The remnants of the stern flattened as the shock wave of expanding gas flung them away. Acceleration must have killed any personnel in that portion even if the fireball hadn’t cremated them.

“Princess Cecile,” said the officer speaking from the Dotterel. “You are under attack! By all the gods, spacers! A salvo of missiles is tracking toward your location! Over!”

Ah.

Yes, of course. While there would be a certain justice in the Sissie being destroyed by long-range missiles just as her opponent had been, Adele didn’t require that her data be symmetrical; just that they be properly filed.

She looked at her display. Though she could duplicate the functions on it, Daniel might have some obvious markers at his own station.

If not—and “not” was certainly more probable—she could look for a suitable menu. Acceleration? Maneuvering? Precisely how would the spacers who designed the system have indexed the necessary information? She doubted that she could articulate a question at this level in a fashion that the officers of the Dotterel could answer.

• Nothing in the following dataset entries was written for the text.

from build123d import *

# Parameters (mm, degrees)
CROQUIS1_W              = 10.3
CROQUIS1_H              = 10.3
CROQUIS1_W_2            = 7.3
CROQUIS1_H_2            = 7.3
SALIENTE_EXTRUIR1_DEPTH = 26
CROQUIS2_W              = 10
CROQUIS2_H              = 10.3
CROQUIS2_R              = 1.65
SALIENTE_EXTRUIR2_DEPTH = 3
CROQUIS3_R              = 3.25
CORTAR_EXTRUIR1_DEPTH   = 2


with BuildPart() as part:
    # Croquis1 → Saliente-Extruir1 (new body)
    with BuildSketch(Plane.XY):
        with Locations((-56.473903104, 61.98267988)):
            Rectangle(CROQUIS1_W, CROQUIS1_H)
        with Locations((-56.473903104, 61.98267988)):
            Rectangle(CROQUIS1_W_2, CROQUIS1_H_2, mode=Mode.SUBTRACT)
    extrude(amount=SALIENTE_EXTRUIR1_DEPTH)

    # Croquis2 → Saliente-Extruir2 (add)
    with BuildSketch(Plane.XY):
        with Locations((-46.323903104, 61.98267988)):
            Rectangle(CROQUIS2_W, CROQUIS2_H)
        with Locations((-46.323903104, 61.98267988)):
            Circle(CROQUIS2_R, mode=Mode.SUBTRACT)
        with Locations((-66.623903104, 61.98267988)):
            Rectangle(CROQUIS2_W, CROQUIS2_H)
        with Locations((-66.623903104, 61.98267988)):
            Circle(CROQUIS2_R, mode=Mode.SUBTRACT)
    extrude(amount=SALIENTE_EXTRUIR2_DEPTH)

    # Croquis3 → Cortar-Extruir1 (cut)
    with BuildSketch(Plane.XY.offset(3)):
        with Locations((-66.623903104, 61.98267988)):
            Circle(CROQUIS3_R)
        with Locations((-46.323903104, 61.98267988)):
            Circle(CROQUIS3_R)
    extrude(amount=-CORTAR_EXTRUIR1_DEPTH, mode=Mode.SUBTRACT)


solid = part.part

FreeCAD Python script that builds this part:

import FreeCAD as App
import Part
import Sketcher

doc = App.newDocument("Part")
params = doc.addObject("Spreadsheet::Sheet", "Params")
for row, (alias, value) in enumerate([
    ("sketch1_width", "10.3 mm"),
    ("sketch1_width2", "7.3 mm"),
    ("pad1_length", "26 mm"),
    ("sketch2_diameter", "3.3 mm"),
    ("sketch2_width", "10 mm"),
    ("sketch2_height", "10.3 mm"),
    ("pad2_length", "3 mm"),
    ("sketch3_diameter", "6.5 mm"),
    ("pocket1_length", "2 mm"),
], start=1):
    params.set(f"A{row}", alias)
    params.set(f"B{row}", "=" + value)
    params.setAlias(f"B{row}", alias)

body = doc.addObject("PartDesign::Body", "Body")

sketch1 = body.newObject("Sketcher::SketchObject", "Sketch")
sketch1.AttachmentSupport = (doc.getObject("XY_Plane"), [""])
sketch1.MapMode = "FlatFace"
sketch1.addGeometry([
    Part.LineSegment(App.Vector(-61.623903, 67.13268, 0), App.Vector(-61.623903, 56.83268, 0)),
    Part.LineSegment(App.Vector(-61.623903, 56.83268, 0), App.Vector(-51.323903, 56.83268, 0)),
    Part.LineSegment(App.Vector(-51.323903, 56.83268, 0), App.Vector(-51.323903, 67.13268, 0)),
    Part.LineSegment(App.Vector(-51.323903, 67.13268, 0), App.Vector(-61.623903, 67.13268, 0)),
    Part.LineSegment(App.Vector(-52.823903, 58.33268, 0), App.Vector(-60.123903, 58.33268, 0)),
    Part.LineSegment(App.Vector(-60.123903, 58.33268, 0), App.Vector(-60.123903, 65.63268, 0)),
    Part.LineSegment(App.Vector(-60.123903, 65.63268, 0), App.Vector(-52.823903, 65.63268, 0)),
    Part.LineSegment(App.Vector(-52.823903, 65.63268, 0), App.Vector(-52.823903, 58.33268, 0)),
], False)
sketch1.addConstraint([
    Sketcher.Constraint("Coincident", 0, 2, 1, 1),
    Sketcher.Constraint("Coincident", 1, 2, 2, 1),
    Sketcher.Constraint("Coincident", 2, 2, 3, 1),
    Sketcher.Constraint("Coincident", 3, 2, 0, 1),
    Sketcher.Constraint("Coincident", 4, 2, 5, 1),
    Sketcher.Constraint("Coincident", 5, 2, 6, 1),
    Sketcher.Constraint("Coincident", 6, 2, 7, 1),
    Sketcher.Constraint("Coincident", 7, 2, 4, 1),
    Sketcher.Constraint("Vertical", 0),
    Sketcher.Constraint("Horizontal", 1),
    Sketcher.Constraint("Vertical", 2),
    Sketcher.Constraint("Horizontal", 3),
    Sketcher.Constraint("Horizontal", 4),
    Sketcher.Constraint("Vertical", 5),
    Sketcher.Constraint("Horizontal", 6),
    Sketcher.Constraint("Vertical", 7),
    Sketcher.Constraint("Equal", 3, 0),
    Sketcher.Constraint("Equal", 6, 5),
    Sketcher.Constraint("DistanceX", 1, 1, 1, 2, 10.3),
    Sketcher.Constraint("DistanceX", 4, 2, 4, 1, 7.3),
    Sketcher.Constraint("DistanceX", 0, 2, 4, 2, 1.5),
    Sketcher.Constraint("DistanceY", 0, 2, 4, 2, 1.5),
    Sketcher.Constraint("DistanceY", -1, 1, 0, 2, 56.83268),
    Sketcher.Constraint("DistanceX", 0, 2, -1, 1, 61.623903),
])
sketch1.setExpression("Constraints[18]", "Params.sketch1_width")
sketch1.setExpression("Constraints[19]", "Params.sketch1_width2")
pad1 = body.newObject("PartDesign::Pad", "Pad")
pad1.Profile = sketch1
pad1.setExpression("Length", "Params.pad1_length")

sketch2 = body.newObject("Sketcher::SketchObject", "Sketch001")
sketch2.AttachmentSupport = (doc.getObject("XY_Plane"), [""])
sketch2.MapMode = "FlatFace"
sketch2.addGeometry([
    Part.LineSegment(App.Vector(-51.323903, 67.13268, 0), App.Vector(-51.323903, 56.83268, 0)),
    Part.LineSegment(App.Vector(-51.323903, 56.83268, 0), App.Vector(-41.323903, 56.83268, 0)),
    Part.LineSegment(App.Vector(-41.323903, 56.83268, 0), App.Vector(-41.323903, 67.13268, 0)),
    Part.LineSegment(App.Vector(-41.323903, 67.13268, 0), App.Vector(-51.323903, 67.13268, 0)),
    Part.Circle(App.Vector(-46.323903, 61.98268, 0), App.Vector(0, 0, 1), 1.65),
    Part.LineSegment(App.Vector(-71.623903, 67.13268, 0), App.Vector(-71.623903, 56.83268, 0)),
    Part.LineSegment(App.Vector(-71.623903, 56.83268, 0), App.Vector(-61.623903, 56.83268, 0)),
    Part.LineSegment(App.Vector(-61.623903, 56.83268, 0), App.Vector(-61.623903, 67.13268, 0)),
    Part.LineSegment(App.Vector(-61.623903, 67.13268, 0), App.Vector(-71.623903, 67.13268, 0)),
    Part.Circle(App.Vector(-66.623903, 61.98268, 0), App.Vector(0, 0, 1), 1.65),
], False)
sketch2.addConstraint([
    Sketcher.Constraint("Coincident", 0, 2, 1, 1),
    Sketcher.Constraint("Coincident", 1, 2, 2, 1),
    Sketcher.Constraint("Coincident", 2, 2, 3, 1),
    Sketcher.Constraint("Coincident", 3, 2, 0, 1),
    Sketcher.Constraint("Coincident", 5, 2, 6, 1),
    Sketcher.Constraint("Coincident", 6, 2, 7, 1),
    Sketcher.Constraint("Coincident", 7, 2, 8, 1),
    Sketcher.Constraint("Coincident", 8, 2, 5, 1),
    Sketcher.Constraint("Vertical", 0),
    Sketcher.Constraint("Horizontal", 1),
    Sketcher.Constraint("Vertical", 2),
    Sketcher.Constraint("Horizontal", 3),
    Sketcher.Constraint("Vertical", 5),
    Sketcher.Constraint("Horizontal", 6),
    Sketcher.Constraint("Vertical", 7),
    Sketcher.Constraint("Horizontal", 8),
    Sketcher.Constraint("Equal", 4, 9),
    Sketcher.Constraint("Horizontal", 4, 3, 9, 3),
    Sketcher.Constraint("Horizontal", 1, 2, 5, 2),
    Sketcher.Constraint("Horizontal", 3, 2, 7, 2),
    Sketcher.Constraint("Equal", 3, 6),
    Sketcher.Constraint("Diameter", 4, 3.3),
    Sketcher.Constraint("DistanceX", 1, 1, 1, 2, 10.0),
    Sketcher.Constraint("DistanceY", 0, 2, 0, 1, 10.3),
    Sketcher.Constraint("DistanceX", 0, 2, 4, 3, 5.0),
    Sketcher.Constraint("DistanceX", 5, 2, 9, 3, 5.0),
    Sketcher.Constraint("DistanceX", 9, 3, 4, 3, 20.3),
    Sketcher.Constraint("DistanceY", 0, 2, 4, 3, 5.15),
    Sketcher.Constraint("DistanceY", -1, 1, 4, 3, 61.98268),
    Sketcher.Constraint("DistanceX", 4, 3, -1, 1, 46.323903),
])
sketch2.setExpression("Constraints[21]", "Params.sketch2_diameter")
sketch2.setExpression("Constraints[22]", "Params.sketch2_width")
sketch2.setExpression("Constraints[23]", "Params.sketch2_height")
pad2 = body.newObject("PartDesign::Pad", "Pad001")
pad2.Profile = sketch2
pad2.setExpression("Length", "Params.pad2_length")

sketch3 = body.newObject("Sketcher::SketchObject", "Sketch002")
sketch3.AttachmentSupport = (doc.getObject("XY_Plane"), [""])
sketch3.MapMode = "FlatFace"
sketch3.AttachmentOffset = App.Placement(App.Vector(0, 0, 3), App.Rotation())
sketch3.addGeometry([
    Part.Circle(App.Vector(-66.623903, 61.98268, 0), App.Vector(0, 0, 1), 3.25),
    Part.Circle(App.Vector(-46.323903, 61.98268, 0), App.Vector(0, 0, 1), 3.25),
], False)
sketch3.addConstraint([
    Sketcher.Constraint("Equal", 0, 1),
    Sketcher.Constraint("Horizontal", 0, 3, 1, 3),
    Sketcher.Constraint("Diameter", 0, 6.5),
    Sketcher.Constraint("DistanceX", 0, 3, 1, 3, 20.3),
    Sketcher.Constraint("DistanceY", -1, 1, 0, 3, 61.98268),
    Sketcher.Constraint("DistanceX", 0, 3, -1, 1, 66.623903),
])
sketch3.setExpression("Constraints[2]", "Params.sketch3_diameter")
pocket1 = body.newObject("PartDesign::Pocket", "Pocket")
pocket1.Profile = sketch3
pocket1.setExpression("Length", "Params.pocket1_length")

doc.recompute()
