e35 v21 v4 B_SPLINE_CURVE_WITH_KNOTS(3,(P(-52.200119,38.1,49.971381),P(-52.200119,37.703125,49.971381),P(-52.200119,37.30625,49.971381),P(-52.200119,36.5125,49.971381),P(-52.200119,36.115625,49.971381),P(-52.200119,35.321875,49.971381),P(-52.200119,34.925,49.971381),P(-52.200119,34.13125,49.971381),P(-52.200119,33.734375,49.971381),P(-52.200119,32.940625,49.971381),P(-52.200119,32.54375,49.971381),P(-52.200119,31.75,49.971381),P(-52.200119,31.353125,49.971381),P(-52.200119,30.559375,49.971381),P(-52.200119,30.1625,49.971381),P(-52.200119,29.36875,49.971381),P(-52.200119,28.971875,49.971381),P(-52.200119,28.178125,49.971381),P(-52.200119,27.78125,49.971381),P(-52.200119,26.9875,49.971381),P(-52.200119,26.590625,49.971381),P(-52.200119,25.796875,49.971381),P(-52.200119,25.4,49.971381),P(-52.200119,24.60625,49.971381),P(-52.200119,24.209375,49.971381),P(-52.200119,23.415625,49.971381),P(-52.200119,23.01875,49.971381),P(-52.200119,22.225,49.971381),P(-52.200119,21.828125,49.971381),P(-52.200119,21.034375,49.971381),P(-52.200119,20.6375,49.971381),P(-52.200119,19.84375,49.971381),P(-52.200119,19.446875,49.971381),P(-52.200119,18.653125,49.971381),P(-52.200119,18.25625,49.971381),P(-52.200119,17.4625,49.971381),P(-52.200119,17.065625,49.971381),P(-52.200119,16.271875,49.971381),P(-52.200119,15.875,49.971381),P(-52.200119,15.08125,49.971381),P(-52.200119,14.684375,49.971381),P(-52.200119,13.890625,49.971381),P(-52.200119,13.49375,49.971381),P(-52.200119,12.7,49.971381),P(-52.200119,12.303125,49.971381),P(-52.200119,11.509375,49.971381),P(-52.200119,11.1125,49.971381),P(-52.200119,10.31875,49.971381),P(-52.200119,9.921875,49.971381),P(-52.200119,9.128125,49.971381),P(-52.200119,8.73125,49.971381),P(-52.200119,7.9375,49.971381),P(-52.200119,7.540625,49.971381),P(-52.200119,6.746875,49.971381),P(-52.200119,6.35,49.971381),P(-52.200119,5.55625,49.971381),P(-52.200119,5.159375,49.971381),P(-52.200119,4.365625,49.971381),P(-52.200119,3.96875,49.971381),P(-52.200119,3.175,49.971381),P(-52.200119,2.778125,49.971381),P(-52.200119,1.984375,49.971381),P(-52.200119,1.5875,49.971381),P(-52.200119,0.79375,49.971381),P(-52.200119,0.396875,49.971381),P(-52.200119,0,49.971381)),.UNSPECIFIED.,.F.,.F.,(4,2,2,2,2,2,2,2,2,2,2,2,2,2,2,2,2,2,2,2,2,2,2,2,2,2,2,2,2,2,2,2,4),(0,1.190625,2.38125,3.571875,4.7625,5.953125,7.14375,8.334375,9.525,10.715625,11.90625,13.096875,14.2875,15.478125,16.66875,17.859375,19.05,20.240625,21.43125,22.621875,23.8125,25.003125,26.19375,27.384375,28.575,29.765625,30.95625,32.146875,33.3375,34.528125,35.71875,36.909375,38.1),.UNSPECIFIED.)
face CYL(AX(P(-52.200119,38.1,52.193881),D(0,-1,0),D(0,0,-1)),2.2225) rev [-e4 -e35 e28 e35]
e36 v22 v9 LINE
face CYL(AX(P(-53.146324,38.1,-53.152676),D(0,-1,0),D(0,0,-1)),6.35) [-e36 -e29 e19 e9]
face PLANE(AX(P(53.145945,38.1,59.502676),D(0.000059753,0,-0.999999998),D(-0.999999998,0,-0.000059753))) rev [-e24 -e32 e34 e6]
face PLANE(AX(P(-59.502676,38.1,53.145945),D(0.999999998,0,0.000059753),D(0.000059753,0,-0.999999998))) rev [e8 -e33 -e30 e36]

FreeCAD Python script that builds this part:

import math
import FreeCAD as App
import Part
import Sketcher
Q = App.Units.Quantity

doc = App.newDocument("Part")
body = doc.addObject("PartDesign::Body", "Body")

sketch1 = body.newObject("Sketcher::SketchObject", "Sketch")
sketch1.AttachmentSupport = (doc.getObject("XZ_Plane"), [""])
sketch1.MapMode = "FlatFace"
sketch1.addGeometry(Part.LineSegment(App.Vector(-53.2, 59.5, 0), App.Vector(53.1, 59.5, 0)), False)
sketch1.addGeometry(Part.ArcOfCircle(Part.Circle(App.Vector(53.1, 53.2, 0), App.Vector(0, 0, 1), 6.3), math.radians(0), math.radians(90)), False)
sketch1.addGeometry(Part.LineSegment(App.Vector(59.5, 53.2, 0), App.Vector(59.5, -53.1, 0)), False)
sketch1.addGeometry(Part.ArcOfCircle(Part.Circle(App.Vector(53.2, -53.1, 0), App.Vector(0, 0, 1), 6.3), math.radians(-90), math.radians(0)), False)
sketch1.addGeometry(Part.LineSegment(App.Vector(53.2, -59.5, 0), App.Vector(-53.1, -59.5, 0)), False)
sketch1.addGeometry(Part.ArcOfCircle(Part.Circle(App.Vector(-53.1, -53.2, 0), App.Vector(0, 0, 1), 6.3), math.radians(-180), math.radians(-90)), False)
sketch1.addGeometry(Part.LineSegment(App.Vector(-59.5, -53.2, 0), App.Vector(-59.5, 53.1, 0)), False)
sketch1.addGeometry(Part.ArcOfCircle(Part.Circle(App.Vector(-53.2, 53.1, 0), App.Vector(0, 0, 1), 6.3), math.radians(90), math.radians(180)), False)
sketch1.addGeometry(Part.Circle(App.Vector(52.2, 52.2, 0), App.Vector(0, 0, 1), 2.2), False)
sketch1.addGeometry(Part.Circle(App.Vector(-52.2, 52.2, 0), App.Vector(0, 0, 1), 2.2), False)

With a slight smile, Adele rose and walked to the command console. This was an unusual information request. It promised to occupy her fully during what would probably be her last minute or minutes of life.


CHAPTER 27

Zenobia System

Daniel wondered what condition the Z 42 and Z 46 were in. Most of the Palmyrene cutters had followed the Princess Cecile, but fifteen or sixteen had remained at the previous stage to batter the destroyers.

The Alliance gunners weren’t quick enough in laying their sights on high-deflection targets. They had destroyed a handful of the cutters, but several of those had gotten off a volley of rockets before taking a 13-centimeter bolt.

The pounding from rocket warheads would have stripped most of the antennas and yards from the destroyers. Their outriggers had probably been hammered to scrap by now, and with them all the High Drive motors. A destroyer would carry one or two spare motors, but the level of damage these ships had received meant it might take them days to reach Zenobia orbit without outside help.

Daniel could fault the Alliance gunners, but the missileers who had programmed the attack on the Piri Reis had done a faultless job. At the range of the launch, the missile segments spread significantly. Even so, the hit wasn’t a fluke: the cruiser was squarely in the center of the pattern.

If Daniel’s lips could move, he was smiling; he couldn’t be sure. Even with a perfect launch, there was a great deal of luck if a destroyer’s meager salvo hit a target at that range. Well, he wasn’t going to complain about that. The gods knew that Zenobia’s defenders had needed luck.

The cruiser’s twenty-one rounds wouldn’t require luck to destroy a corvette at a comparable distance, unfortunately, and they bid fair to do just that. It was really a pity that Daniel hadn’t managed to drop the Sissie back into the Matrix as he’d intended rather than completing their extraction. They wouldn’t even be able to claim the Piri Reis as a final victory: that was the Z 46’s work, pure and simple.